═════ MATERIAL PROVIDED ═════
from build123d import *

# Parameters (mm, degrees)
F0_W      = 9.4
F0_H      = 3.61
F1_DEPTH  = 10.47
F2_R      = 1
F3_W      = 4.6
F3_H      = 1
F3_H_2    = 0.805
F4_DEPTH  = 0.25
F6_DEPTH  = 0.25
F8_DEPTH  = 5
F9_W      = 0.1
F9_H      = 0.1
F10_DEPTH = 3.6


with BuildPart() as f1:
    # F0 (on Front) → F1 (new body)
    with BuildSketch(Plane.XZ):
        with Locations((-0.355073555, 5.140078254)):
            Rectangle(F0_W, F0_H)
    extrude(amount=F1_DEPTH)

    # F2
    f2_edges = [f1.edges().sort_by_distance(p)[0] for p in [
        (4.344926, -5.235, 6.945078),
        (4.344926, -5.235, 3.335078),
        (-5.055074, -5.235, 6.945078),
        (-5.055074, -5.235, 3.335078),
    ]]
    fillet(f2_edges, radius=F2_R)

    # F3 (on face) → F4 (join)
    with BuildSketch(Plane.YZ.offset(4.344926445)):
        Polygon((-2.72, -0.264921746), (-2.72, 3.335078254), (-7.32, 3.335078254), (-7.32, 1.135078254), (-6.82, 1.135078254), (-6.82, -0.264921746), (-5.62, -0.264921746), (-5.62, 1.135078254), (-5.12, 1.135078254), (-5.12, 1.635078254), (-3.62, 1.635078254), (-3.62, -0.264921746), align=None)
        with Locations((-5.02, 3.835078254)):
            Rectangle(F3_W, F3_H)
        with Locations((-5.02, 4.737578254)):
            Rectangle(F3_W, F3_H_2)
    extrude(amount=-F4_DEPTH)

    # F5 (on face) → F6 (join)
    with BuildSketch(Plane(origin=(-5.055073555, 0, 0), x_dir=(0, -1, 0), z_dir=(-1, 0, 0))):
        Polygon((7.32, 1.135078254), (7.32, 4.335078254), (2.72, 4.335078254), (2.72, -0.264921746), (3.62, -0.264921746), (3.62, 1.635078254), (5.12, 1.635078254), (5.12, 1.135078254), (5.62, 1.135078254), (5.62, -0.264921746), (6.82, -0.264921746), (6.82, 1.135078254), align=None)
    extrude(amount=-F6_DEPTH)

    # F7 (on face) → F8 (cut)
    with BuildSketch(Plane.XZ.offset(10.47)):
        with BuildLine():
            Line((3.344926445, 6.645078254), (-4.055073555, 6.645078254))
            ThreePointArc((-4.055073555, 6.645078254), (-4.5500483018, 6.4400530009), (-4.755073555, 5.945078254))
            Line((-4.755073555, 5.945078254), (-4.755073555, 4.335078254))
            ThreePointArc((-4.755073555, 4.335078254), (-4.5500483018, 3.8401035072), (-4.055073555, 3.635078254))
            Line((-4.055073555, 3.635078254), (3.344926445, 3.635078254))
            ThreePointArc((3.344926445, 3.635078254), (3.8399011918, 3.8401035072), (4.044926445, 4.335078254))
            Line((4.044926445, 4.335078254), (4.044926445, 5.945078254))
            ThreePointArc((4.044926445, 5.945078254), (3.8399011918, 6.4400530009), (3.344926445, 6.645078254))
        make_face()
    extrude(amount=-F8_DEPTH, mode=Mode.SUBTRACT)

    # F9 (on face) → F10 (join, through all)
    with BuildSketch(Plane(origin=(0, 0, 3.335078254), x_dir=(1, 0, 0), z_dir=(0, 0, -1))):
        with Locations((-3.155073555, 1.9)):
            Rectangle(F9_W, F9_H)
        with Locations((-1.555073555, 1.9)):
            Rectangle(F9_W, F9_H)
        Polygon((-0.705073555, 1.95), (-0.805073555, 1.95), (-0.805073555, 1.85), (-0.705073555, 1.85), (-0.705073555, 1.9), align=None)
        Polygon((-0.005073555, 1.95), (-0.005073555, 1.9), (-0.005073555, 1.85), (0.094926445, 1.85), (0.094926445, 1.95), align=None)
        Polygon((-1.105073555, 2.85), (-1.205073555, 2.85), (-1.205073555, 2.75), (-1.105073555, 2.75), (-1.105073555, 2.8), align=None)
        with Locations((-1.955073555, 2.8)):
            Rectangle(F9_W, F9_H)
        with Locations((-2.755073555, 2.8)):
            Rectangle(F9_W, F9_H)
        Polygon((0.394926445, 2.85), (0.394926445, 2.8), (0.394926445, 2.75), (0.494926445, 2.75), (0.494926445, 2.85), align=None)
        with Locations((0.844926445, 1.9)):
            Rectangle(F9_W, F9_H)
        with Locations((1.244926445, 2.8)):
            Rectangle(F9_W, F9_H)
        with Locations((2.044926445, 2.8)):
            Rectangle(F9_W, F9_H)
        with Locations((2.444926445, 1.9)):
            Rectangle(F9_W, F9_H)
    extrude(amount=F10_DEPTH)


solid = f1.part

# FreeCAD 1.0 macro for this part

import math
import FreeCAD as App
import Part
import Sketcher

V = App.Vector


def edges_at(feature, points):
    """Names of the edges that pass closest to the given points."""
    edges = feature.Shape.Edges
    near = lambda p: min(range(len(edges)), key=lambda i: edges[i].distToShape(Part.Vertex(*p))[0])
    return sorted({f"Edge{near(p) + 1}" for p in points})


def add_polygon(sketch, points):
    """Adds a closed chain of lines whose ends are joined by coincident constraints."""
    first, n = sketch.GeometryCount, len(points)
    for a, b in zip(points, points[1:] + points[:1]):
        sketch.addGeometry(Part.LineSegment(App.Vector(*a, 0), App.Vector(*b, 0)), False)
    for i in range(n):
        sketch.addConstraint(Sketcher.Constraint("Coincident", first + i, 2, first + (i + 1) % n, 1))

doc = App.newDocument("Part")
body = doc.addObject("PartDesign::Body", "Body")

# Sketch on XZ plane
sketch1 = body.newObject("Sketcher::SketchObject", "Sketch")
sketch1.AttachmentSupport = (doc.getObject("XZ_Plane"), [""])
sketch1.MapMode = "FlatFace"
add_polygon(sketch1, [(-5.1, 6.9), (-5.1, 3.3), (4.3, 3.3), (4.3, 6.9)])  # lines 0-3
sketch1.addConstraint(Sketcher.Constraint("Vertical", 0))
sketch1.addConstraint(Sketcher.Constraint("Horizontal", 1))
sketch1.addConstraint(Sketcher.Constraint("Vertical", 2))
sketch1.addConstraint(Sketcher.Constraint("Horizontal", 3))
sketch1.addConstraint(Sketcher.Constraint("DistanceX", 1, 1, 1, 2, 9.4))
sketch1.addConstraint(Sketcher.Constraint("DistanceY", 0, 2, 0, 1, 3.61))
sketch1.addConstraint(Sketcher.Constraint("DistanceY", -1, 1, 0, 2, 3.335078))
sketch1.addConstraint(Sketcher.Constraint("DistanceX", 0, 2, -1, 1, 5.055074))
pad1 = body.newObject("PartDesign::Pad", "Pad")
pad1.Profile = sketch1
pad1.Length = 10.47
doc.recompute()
═════
> _WHAT THE TASK ASKS_: Please work out how many lines in the listing above contain the string "offset", and answer with that number only.

> _OUTPUT BELOW_: 2